[Stored dataset items]
━━━━━━━━━━━━━━━━
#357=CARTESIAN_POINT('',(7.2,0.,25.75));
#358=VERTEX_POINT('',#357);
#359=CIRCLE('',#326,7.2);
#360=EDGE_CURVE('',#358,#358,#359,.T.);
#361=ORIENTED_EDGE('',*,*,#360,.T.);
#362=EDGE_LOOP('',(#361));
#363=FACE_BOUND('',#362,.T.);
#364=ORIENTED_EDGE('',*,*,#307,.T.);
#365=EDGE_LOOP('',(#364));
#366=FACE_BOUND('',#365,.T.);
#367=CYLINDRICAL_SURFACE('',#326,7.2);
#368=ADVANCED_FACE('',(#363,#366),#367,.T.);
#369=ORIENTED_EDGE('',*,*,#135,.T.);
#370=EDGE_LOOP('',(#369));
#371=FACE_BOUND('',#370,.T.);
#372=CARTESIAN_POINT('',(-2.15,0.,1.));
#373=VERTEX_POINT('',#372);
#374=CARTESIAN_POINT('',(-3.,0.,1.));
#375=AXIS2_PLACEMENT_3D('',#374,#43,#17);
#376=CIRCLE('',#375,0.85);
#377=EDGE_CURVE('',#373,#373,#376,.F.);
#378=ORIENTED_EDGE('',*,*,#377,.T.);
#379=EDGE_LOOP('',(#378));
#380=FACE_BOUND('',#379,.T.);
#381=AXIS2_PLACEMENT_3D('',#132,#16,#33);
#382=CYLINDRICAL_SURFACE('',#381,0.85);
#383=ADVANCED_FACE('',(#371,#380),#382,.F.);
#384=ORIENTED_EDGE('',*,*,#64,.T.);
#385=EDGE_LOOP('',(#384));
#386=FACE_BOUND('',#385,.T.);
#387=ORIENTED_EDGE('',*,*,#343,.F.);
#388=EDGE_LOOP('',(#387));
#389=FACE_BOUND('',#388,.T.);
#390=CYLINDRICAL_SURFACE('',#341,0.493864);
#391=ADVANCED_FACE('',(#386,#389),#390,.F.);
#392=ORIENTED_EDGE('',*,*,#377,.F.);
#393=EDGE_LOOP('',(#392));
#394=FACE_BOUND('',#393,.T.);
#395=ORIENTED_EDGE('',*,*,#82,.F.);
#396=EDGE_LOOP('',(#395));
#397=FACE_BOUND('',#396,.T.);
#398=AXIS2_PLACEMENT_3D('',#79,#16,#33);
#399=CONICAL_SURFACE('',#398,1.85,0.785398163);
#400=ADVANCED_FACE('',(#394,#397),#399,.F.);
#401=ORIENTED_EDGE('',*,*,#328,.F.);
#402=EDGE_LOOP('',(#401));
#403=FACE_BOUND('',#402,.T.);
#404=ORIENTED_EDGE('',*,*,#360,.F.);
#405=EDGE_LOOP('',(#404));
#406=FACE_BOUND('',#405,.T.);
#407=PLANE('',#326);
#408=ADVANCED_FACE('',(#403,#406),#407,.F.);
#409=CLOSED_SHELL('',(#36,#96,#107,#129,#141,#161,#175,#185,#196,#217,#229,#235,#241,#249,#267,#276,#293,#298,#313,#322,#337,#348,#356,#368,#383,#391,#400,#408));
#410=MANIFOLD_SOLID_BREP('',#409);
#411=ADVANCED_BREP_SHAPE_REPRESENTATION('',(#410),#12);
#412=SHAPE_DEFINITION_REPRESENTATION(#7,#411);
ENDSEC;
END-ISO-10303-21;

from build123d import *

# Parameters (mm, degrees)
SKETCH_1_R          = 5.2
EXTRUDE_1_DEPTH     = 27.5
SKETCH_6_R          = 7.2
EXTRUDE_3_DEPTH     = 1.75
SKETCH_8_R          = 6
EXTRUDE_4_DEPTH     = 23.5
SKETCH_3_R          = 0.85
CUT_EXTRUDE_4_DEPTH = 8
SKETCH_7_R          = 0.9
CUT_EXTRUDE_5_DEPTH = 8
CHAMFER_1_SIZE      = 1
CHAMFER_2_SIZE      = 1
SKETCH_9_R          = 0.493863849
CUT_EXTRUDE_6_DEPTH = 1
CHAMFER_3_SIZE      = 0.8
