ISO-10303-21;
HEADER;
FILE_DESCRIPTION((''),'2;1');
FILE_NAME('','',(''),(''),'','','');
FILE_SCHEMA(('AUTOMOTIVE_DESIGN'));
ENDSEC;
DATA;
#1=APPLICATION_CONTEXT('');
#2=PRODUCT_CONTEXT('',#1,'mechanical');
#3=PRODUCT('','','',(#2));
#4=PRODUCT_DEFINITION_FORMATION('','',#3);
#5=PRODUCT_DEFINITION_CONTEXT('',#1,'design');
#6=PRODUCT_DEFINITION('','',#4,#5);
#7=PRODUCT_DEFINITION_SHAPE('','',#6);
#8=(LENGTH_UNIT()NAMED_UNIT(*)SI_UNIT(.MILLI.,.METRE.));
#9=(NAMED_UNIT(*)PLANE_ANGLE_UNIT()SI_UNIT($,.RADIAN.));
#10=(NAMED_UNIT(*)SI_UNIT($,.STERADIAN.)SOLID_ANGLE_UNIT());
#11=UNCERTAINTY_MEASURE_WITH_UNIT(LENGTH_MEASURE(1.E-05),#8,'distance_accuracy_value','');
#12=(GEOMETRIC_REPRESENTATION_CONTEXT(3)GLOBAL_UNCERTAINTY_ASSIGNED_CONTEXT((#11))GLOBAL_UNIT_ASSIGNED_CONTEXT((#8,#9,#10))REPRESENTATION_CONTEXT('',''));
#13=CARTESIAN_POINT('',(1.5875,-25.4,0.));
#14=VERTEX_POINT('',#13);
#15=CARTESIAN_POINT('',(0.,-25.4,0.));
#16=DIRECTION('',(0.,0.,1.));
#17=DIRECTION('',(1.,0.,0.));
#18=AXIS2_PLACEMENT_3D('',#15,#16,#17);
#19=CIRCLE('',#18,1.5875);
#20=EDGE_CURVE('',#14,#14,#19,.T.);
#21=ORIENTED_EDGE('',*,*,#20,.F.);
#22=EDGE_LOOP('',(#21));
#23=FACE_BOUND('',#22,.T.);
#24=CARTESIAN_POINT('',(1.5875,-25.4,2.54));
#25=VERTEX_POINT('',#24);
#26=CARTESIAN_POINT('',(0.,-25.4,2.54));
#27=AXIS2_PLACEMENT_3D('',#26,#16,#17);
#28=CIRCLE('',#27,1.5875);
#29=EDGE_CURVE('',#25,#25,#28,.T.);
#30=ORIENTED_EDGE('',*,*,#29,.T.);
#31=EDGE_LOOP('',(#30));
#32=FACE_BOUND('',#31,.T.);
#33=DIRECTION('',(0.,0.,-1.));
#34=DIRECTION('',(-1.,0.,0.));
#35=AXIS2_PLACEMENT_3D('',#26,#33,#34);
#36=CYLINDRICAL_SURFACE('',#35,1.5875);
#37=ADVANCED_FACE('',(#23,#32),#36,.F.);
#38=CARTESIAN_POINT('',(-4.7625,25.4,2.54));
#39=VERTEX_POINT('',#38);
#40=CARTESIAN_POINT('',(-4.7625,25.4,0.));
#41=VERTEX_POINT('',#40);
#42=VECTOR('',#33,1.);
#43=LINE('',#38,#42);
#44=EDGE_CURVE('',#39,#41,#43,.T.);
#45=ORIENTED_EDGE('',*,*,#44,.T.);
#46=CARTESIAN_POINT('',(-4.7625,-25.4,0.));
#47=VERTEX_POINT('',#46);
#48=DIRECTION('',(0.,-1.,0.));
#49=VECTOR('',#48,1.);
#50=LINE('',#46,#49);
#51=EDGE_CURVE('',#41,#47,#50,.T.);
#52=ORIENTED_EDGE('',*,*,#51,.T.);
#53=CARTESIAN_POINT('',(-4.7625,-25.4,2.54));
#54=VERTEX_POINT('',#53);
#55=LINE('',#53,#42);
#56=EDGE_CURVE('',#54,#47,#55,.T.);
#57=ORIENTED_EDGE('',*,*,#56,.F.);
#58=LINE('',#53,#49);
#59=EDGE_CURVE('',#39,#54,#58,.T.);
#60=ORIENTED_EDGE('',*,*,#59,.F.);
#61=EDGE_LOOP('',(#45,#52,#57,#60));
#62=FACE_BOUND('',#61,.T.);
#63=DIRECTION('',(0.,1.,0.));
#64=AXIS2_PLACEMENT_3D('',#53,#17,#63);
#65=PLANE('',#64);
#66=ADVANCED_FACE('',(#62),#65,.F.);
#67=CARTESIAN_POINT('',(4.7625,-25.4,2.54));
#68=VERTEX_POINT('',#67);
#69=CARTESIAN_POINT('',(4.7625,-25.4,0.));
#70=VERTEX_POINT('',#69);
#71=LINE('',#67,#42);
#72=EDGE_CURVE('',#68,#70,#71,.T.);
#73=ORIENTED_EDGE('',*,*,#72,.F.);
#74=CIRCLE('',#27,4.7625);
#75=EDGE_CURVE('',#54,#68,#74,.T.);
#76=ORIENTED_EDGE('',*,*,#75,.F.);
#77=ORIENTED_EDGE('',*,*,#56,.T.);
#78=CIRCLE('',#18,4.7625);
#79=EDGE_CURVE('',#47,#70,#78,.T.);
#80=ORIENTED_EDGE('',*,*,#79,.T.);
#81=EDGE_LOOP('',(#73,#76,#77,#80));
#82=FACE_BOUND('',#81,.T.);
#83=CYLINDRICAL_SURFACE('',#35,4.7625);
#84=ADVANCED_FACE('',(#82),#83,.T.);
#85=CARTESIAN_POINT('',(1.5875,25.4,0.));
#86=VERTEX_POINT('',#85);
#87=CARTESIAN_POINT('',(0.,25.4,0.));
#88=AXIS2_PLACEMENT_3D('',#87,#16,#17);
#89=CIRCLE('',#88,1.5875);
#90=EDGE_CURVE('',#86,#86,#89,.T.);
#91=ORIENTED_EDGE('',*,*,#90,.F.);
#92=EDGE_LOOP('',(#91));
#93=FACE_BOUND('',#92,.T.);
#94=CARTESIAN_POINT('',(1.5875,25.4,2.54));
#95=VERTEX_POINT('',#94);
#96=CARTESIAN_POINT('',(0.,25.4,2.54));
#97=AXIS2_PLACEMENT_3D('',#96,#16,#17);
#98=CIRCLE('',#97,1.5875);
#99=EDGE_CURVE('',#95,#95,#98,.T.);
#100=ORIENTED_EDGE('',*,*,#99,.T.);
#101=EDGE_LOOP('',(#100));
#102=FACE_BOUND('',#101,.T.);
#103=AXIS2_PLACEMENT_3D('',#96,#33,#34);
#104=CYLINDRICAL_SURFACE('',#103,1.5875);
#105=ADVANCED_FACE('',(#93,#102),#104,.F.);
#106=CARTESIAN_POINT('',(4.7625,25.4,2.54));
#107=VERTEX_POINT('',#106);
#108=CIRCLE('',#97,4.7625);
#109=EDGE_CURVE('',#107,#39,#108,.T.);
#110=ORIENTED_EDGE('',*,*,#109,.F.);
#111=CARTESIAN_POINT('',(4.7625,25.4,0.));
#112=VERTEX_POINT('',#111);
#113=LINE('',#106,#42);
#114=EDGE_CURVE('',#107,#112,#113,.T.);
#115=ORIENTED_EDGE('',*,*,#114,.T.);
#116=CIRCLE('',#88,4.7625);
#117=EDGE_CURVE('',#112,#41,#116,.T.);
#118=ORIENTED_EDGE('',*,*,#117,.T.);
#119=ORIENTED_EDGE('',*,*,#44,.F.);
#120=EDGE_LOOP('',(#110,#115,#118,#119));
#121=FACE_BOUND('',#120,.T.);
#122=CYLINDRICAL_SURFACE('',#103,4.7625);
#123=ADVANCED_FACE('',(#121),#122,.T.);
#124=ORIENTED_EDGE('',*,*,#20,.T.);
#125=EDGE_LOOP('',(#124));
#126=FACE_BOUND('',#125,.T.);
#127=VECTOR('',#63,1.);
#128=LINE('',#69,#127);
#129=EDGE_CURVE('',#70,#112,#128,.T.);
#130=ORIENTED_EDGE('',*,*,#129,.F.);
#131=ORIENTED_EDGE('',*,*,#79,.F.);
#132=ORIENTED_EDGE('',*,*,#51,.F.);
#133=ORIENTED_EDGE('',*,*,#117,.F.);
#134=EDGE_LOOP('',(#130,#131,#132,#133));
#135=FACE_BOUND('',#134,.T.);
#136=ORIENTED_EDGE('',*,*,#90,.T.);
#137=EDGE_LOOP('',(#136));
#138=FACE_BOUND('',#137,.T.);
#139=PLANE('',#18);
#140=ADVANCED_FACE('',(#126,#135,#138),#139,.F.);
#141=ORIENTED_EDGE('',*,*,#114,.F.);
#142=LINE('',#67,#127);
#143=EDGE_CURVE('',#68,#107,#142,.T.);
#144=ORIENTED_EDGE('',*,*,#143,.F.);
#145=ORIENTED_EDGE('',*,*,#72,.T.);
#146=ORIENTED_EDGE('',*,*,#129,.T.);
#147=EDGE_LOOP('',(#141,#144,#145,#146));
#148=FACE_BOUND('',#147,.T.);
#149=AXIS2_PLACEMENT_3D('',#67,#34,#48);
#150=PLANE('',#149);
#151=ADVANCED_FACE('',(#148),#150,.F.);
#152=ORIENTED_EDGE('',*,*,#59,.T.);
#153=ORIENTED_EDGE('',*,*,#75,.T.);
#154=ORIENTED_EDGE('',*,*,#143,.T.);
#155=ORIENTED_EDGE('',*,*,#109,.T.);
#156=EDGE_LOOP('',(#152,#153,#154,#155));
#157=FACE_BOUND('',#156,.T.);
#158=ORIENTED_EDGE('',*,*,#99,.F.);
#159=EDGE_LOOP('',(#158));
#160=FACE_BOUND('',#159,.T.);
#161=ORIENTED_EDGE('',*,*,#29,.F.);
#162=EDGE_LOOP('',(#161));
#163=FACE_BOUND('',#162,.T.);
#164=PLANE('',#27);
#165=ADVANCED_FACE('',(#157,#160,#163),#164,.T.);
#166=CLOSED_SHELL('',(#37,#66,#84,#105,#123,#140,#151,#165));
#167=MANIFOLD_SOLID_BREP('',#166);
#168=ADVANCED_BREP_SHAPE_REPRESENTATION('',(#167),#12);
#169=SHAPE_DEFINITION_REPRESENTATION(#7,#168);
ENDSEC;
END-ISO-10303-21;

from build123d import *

# Parameters (mm, degrees)
SKETCH1_R           = 1.5875
BOSS_EXTRUDE1_DEPTH = 2.54


with BuildPart() as part:
    # Sketch1 → Boss-Extrude1 (new body)
    with BuildSketch(Plane.XY):
        with BuildLine():
            Line((-4.7625, -25.4), (-4.7625, 25.4))
            ThreePointArc((-4.7625, 25.4), (0, 30.1625), (4.7625, 25.4))
            Line((4.7625, 25.4), (4.7625, -25.4))
            ThreePointArc((4.7625, -25.4), (0, -30.1625), (-4.7625, -25.4))
        make_face()
        with Locations((0, 25.4)):
            Circle(SKETCH1_R, mode=Mode.SUBTRACT)
        with Locations((0, -25.4)):
            Circle(SKETCH1_R, mode=Mode.SUBTRACT)
    extrude(amount=BOSS_EXTRUDE1_DEPTH)


solid = part.part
━━━━━━━━━━━━━━━━
Exercise brief: Write out exactly the lines above from the line with "#408=ADVANCED_FACE('',(#403,#406),#407,.F.);" through the line with "#8=(LENGTH_UNIT()NAMED_UNIT(*)SI_UNIT(.MILLI.,.METRE.));", both of them included, and leave out all other lines.

Answer area:
#408=ADVANCED_FACE('',(#403,#406),#407,.F.);
#409=CLOSED_SHELL('',(#36,#96,#107,#129,#141,#161,#175,#185,#196,#217,#229,#235,#241,#249,#267,#276,#293,#298,#313,#322,#337,#348,#356,#368,#383,#391,#400,#408));
#410=MANIFOLD_SOLID_BREP('',#409);
#411=ADVANCED_BREP_SHAPE_REPRESENTATION('',(#410),#12);
#412=SHAPE_DEFINITION_REPRESENTATION(#7,#411);
ENDSEC;
END-ISO-10303-21;

from build123d import *

# Parameters (mm, degrees)
SKETCH_1_R          = 5.2
EXTRUDE_1_DEPTH     = 27.5
SKETCH_6_R          = 7.2
EXTRUDE_3_DEPTH     = 1.75
SKETCH_8_R          = 6
EXTRUDE_4_DEPTH     = 23.5
SKETCH_3_R          = 0.85
CUT_EXTRUDE_4_DEPTH = 8
SKETCH_7_R          = 0.9
CUT_EXTRUDE_5_DEPTH = 8
CHAMFER_1_SIZE      = 1
CHAMFER_2_SIZE      = 1
SKETCH_9_R          = 0.493863849
CUT_EXTRUDE_6_DEPTH = 1
CHAMFER_3_SIZE      = 0.8
ISO-10303-21;
HEADER;
FILE_DESCRIPTION((''),'2;1');
FILE_NAME('','',(''),(''),'','','');
FILE_SCHEMA(('AUTOMOTIVE_DESIGN'));
ENDSEC;
DATA;
#1=APPLICATION_CONTEXT('');
#2=PRODUCT_CONTEXT('',#1,'mechanical');
#3=PRODUCT('','','',(#2));
#4=PRODUCT_DEFINITION_FORMATION('','',#3);
#5=PRODUCT_DEFINITION_CONTEXT('',#1,'design');
#6=PRODUCT_DEFINITION('','',#4,#5);
#7=PRODUCT_DEFINITION_SHAPE('','',#6);
#8=(LENGTH_UNIT()NAMED_UNIT(*)SI_UNIT(.MILLI.,.METRE.));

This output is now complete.